The Turi Create Recommender Toolkit provides a unified interface to train a variety of recommender models and use them to make recommendations.

Recommender models can be created using turicreate.recommender.create() or loaded from a previously saved model using turicreate.load_model(). The input data must be an SFrame with a column containing user ids, a column containing item ids, and optionally a column containing target values such as movie ratings, etc. When a target is not provided (as is the case in implicit feedback settings), then a collaborative filtering model based on item-item similarity is returned. For more details, please see the documentation for turicreate.recommender.create().

A Recommender Model object can perform key tasks including predict, recommend, evaluate, and save. 
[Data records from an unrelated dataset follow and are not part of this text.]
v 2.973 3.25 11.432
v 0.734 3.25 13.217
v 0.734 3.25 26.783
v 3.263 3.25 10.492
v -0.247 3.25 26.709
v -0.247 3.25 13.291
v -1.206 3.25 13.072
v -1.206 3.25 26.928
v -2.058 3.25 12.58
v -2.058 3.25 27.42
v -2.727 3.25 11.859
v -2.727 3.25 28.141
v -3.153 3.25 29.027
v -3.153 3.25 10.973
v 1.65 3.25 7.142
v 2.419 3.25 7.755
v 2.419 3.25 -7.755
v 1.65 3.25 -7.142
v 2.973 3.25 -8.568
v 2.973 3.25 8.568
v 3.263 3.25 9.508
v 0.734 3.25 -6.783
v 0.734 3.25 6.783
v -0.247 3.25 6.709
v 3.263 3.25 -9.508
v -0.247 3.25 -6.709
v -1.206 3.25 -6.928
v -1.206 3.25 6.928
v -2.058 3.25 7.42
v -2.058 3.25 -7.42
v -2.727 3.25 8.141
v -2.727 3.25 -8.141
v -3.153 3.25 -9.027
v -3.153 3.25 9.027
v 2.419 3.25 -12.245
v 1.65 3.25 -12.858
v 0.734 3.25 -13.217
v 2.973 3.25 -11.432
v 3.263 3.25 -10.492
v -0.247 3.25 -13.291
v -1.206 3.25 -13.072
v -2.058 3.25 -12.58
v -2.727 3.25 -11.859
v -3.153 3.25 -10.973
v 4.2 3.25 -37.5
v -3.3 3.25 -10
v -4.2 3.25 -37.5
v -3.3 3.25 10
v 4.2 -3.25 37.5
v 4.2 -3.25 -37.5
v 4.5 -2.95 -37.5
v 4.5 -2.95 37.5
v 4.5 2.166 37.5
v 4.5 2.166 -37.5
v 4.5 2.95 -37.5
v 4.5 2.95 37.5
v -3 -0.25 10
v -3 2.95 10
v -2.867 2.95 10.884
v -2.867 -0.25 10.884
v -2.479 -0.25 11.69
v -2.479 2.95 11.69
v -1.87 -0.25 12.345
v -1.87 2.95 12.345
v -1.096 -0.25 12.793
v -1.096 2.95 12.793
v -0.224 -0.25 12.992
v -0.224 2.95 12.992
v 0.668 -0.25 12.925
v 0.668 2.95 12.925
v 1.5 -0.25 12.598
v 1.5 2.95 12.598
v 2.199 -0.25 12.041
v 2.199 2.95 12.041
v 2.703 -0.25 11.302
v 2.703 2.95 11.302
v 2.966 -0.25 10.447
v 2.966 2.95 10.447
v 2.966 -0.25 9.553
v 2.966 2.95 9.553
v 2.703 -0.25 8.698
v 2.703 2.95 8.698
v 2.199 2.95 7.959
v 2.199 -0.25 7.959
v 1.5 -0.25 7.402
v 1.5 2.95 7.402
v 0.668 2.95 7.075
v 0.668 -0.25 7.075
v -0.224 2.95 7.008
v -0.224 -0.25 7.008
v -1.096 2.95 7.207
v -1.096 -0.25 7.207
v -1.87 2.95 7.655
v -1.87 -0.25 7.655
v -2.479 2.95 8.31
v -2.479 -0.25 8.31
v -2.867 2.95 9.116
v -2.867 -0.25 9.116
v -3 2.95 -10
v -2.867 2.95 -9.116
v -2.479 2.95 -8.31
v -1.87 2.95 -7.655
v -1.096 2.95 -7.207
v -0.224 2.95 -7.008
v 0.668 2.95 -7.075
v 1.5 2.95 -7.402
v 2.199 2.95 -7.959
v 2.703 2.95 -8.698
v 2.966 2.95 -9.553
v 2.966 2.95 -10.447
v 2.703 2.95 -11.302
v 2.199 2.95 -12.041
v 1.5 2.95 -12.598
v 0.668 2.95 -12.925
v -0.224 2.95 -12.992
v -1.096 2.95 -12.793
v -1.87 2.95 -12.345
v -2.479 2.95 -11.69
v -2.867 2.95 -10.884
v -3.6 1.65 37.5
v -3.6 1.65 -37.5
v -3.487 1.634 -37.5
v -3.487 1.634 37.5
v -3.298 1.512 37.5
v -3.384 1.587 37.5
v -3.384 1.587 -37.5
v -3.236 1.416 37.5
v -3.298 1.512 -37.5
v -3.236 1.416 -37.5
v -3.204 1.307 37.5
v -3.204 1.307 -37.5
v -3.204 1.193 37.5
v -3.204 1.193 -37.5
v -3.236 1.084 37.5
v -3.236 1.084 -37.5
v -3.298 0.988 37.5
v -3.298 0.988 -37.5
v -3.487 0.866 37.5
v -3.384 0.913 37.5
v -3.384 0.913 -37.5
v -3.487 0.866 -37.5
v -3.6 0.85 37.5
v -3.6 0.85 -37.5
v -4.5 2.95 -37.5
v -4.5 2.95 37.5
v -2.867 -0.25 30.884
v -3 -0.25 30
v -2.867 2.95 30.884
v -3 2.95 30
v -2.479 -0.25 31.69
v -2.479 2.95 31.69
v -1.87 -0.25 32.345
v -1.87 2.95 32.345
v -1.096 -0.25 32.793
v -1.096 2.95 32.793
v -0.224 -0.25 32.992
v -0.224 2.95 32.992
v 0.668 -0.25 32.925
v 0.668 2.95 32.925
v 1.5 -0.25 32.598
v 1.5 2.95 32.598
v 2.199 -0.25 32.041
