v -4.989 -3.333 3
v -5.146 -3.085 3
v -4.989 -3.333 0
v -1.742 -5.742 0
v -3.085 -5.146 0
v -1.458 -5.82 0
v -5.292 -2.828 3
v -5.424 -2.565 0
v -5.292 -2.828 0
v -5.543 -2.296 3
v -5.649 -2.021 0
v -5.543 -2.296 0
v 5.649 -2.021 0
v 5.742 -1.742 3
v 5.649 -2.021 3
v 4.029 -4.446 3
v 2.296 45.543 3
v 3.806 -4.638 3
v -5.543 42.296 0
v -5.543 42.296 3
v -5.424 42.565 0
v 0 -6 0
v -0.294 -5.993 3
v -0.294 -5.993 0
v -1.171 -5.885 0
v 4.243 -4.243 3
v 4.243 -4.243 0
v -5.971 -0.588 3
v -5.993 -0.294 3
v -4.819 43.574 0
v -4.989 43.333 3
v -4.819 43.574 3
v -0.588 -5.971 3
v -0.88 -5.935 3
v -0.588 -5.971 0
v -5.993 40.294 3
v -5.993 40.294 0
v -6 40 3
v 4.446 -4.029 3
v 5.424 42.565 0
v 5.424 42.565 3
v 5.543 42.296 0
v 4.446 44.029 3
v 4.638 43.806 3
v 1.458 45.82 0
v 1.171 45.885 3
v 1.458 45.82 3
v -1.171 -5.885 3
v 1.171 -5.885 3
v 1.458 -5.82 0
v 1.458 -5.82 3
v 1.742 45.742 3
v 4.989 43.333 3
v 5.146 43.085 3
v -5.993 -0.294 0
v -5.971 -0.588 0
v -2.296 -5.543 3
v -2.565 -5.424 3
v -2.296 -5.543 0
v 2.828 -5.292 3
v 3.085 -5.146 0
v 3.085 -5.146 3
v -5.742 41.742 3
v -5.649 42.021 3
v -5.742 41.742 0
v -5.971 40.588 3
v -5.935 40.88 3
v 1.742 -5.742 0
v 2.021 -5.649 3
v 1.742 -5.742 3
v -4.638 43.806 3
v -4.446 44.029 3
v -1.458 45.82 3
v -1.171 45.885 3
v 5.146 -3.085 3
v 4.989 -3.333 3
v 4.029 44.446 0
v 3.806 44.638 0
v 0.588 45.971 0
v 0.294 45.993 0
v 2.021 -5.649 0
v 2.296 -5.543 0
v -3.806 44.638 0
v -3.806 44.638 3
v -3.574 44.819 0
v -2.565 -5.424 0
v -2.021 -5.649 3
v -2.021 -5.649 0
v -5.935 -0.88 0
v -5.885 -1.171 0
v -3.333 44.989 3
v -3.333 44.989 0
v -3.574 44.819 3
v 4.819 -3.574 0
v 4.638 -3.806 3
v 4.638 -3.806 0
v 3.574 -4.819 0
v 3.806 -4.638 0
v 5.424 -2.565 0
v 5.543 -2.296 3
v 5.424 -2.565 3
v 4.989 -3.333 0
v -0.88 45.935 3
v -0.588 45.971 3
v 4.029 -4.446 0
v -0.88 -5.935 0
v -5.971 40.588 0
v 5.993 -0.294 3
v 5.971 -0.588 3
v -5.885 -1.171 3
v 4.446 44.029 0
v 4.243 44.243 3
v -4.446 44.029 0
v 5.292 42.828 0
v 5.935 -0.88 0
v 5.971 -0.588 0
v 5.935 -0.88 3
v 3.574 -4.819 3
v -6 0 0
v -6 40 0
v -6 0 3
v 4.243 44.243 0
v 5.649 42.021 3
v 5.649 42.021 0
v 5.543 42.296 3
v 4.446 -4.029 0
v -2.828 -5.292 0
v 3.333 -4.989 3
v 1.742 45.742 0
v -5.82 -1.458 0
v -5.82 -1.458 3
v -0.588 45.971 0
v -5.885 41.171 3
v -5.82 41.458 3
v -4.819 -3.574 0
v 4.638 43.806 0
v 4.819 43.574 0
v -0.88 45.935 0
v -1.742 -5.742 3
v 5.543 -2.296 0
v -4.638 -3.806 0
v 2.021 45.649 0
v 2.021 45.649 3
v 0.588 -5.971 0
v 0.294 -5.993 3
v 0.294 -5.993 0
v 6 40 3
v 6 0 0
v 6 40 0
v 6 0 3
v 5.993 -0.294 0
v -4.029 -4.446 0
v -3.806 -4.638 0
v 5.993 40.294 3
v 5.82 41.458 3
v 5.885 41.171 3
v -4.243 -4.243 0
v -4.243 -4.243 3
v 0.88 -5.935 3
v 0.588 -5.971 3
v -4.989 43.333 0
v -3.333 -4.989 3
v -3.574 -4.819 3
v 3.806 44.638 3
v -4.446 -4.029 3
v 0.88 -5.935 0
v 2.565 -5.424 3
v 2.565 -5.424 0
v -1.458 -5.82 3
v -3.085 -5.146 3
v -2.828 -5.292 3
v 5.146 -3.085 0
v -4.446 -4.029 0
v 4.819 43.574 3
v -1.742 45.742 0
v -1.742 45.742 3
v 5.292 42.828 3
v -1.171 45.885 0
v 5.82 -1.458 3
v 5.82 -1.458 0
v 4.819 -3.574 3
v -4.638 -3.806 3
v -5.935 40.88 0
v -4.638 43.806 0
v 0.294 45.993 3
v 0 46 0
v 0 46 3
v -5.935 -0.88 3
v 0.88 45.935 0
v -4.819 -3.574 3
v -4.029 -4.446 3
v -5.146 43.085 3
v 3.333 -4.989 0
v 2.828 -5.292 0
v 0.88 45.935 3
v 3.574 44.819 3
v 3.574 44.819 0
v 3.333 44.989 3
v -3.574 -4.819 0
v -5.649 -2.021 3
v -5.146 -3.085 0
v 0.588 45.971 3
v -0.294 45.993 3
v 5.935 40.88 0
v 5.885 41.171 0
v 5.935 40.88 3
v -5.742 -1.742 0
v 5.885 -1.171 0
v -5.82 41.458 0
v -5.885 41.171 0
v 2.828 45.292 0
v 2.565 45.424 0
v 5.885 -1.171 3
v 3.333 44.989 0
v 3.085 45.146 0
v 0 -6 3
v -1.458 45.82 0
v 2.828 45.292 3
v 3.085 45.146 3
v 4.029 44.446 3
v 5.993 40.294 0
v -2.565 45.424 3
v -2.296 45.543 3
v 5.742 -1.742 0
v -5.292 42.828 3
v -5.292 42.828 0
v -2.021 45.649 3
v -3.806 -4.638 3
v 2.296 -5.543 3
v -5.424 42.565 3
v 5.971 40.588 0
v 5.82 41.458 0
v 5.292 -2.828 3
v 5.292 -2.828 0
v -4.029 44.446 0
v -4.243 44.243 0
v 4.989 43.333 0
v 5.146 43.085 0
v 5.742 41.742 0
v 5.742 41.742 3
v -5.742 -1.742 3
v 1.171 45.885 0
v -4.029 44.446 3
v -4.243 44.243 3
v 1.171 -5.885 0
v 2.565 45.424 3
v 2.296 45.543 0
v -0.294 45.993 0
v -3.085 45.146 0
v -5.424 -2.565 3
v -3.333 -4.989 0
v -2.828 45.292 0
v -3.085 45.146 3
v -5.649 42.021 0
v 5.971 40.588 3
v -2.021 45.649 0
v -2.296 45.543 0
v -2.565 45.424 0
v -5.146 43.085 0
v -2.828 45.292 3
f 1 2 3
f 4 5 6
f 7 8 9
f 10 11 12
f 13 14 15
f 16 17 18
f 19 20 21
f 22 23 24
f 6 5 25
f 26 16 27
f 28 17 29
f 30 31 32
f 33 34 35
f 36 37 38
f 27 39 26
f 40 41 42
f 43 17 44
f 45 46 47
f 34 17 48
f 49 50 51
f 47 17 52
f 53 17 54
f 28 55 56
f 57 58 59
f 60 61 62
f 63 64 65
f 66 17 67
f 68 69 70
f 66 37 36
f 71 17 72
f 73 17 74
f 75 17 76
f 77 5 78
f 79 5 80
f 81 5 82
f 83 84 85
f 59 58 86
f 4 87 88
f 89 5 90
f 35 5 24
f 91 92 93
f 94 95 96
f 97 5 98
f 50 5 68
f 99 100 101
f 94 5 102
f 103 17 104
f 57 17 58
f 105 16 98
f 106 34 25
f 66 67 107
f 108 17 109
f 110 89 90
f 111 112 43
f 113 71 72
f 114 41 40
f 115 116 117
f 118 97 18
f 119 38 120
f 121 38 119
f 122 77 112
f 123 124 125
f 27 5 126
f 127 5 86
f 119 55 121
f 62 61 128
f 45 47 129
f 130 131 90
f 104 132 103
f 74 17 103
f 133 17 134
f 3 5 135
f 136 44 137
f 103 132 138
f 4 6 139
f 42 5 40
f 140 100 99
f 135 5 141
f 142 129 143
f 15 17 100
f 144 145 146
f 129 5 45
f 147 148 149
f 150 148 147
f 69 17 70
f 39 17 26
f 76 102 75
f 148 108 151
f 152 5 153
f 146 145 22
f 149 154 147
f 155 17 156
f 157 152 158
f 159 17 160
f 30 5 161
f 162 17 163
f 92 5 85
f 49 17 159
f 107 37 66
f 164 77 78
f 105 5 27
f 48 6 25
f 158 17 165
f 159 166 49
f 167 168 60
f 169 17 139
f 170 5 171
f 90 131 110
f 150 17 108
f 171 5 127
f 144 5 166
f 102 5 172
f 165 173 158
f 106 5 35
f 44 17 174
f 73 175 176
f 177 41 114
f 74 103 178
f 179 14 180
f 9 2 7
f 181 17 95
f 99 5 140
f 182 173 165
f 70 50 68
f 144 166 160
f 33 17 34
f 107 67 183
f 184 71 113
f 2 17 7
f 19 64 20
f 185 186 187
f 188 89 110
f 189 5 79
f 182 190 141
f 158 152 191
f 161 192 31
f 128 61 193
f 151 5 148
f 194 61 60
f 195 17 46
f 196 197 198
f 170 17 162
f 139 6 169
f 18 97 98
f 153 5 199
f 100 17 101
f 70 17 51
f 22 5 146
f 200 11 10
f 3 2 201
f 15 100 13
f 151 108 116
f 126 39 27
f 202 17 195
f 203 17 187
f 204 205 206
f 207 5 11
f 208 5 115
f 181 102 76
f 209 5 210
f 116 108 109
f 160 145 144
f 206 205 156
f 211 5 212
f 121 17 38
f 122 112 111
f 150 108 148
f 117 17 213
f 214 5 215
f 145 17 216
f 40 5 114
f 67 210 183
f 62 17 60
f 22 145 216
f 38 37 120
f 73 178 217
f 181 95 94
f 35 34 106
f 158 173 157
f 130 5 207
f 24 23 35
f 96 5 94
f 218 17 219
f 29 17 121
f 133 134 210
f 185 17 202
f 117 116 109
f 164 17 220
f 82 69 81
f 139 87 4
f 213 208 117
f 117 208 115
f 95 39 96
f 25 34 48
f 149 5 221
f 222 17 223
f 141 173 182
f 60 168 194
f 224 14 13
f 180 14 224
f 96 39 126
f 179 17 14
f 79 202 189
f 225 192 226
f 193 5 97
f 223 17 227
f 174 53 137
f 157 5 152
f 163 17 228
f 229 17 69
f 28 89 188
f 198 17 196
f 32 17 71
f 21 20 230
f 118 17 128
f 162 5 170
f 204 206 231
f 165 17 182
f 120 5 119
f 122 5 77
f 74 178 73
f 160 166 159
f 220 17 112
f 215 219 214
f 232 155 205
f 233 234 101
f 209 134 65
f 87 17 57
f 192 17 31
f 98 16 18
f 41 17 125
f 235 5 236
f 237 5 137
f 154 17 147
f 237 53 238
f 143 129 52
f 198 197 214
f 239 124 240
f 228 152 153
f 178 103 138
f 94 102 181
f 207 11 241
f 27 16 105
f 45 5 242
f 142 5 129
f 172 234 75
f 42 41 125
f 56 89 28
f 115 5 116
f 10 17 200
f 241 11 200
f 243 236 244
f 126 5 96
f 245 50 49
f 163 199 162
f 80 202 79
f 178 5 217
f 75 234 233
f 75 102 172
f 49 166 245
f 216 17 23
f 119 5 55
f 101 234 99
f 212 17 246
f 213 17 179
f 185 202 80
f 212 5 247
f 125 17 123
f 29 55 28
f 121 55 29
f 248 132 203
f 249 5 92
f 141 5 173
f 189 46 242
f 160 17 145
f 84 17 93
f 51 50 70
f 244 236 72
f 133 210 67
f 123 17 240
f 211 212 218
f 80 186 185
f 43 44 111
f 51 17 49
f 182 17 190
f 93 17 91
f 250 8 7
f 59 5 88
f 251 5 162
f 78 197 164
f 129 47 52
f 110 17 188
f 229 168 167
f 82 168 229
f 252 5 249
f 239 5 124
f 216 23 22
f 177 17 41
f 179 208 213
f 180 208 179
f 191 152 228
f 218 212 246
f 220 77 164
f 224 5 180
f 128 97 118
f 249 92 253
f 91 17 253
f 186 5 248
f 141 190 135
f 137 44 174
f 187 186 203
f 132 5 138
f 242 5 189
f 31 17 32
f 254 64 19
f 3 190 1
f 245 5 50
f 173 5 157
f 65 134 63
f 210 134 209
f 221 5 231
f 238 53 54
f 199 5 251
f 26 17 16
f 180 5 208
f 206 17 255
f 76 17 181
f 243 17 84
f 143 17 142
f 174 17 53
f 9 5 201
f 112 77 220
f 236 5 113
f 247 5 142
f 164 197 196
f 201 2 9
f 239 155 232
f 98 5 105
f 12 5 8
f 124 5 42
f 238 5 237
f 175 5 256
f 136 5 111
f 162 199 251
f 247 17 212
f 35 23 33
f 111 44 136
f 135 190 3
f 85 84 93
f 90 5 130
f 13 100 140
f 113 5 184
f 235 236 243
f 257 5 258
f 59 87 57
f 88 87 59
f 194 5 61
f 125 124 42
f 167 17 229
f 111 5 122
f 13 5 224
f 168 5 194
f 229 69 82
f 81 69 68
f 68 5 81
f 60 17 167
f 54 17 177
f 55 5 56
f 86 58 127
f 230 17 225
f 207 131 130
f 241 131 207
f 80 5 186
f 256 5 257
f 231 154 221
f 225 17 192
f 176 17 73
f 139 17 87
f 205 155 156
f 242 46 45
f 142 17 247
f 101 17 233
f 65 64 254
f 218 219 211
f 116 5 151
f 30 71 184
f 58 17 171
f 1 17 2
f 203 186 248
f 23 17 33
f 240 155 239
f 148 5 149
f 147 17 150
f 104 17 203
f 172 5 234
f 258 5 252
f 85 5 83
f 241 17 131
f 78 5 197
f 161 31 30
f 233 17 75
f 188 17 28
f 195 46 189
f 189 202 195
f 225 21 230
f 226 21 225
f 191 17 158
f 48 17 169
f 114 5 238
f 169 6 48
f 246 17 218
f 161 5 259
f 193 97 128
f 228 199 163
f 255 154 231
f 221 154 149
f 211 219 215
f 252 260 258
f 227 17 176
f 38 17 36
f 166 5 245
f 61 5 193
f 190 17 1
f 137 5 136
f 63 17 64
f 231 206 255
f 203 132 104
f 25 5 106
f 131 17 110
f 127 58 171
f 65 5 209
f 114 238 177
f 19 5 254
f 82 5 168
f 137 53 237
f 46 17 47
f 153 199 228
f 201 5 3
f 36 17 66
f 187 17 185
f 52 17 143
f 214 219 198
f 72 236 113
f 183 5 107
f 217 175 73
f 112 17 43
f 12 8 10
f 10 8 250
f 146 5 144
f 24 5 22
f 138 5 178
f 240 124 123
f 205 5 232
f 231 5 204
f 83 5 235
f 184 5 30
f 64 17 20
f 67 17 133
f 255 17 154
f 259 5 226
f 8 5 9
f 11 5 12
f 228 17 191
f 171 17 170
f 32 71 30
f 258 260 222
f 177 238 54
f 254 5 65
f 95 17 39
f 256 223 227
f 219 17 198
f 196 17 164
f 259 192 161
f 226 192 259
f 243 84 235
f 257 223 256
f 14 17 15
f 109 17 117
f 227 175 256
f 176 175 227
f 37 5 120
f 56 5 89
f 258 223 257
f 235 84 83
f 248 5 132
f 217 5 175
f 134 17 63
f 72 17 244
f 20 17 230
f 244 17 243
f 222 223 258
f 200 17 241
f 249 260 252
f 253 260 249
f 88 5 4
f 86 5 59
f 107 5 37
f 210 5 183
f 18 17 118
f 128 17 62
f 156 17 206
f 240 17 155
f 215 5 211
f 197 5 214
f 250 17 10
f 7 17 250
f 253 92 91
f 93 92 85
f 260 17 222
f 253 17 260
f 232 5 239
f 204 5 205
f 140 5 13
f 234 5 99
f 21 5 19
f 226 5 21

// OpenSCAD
        

module bone(length, width, thickness, _fn) {
    hull() {
        cylinder(h = thickness, r = width, center = false, $fn = _fn);
        translate([0, length, 0])
            cylinder(h = thickness, r = width, center = false, $fn = _fn);
    }
}


// demo bone
bone(
    length = 40,
    width = 6,
    thickness = 3,
    _fn = 128
);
Next few sub-sections we will be looking exploring various parts of this toolkit in depth:

1. Creating a Recommender
2. Item Similarity Models
3. Item Content Recommenders
4. Factorization Recommenders
5. Factorization Recommenders for Ranking
6. Popularity-based Recommenders
7. Utilities

## 1. Creating a Recommender

**turicreate.recommender.create** is a unified interface for training recommender models. Based on simple characteristics of the data, a type of model is selected and trained. The trained model can be used to predict ratings and make recommendations. However, to use specific options of a desired model, use the create function of the corresponding model.

Given below are some examples of the usages:

**A. BASIC USAGE**

The following code demonstrates how to create a model given basic user-item observation data (without ratings) and then make rating predictions. An ItemSimilarityRecommender is created implicitly by the tooklit.

In [114]:
sframe = tc.SFrame({'user_id': ['0', '0', '0', '1', '1', '2', '2', '2'], 'item_id': ['a', 'b', 'd', 'a', 'c', 'a', 'c', 'd']})

model = tc.recommender.create(sframe)

recommendations = model.recommend()

In [117]:
print("Derived Results using our Model:")

recommendations

Derived Results using our Model:


user_id,item_id,score,rank
0,c,0.3333333333333333,1
1,d,0.5,1
1,b,0.1666666567325592,2
2,b,0.2777777711550395,1


**B. CREATING A MODEL FOR RATINGS DATA**

In this case we are given the user-item observation data along with the target 'ratings' data. This trains a FactorizationRecommender that can predict target ratings (again the toolkit uses the appropriate algorithm implicitly if nothing is specified). The following code demonstrates this use-case scenario.

In [41]:
sframe2 = tc.SFrame({'user_id': ['0', '0', '0', '1', '1', '2', '2', '2'], 'item_id': ['a', 'b', 'd', 'a', 'c', 'a', 'c', 'd'], 'rating': [1, 4, 3, 5, 4, 2, 4, 3]})

model2 = tc.recommender.create(sframe2, target="rating", ranking = False)

recommendations2 = model2.recommend()

In [53]:
print("Derived Results using our Model:")

recommendations2

Derived Results using our Model:


user_id,item_id,score,rank
0,c,2.573836714029312,1
1,b,6.529737710952759,1
1,d,5.212547659873962,2
2,b,4.837176163680852,1


## 2. Item Similarity Models

**turicreate.recommender.item_similarity_recommender.create** creates a recommender that uses item-item similarities based on users in common. 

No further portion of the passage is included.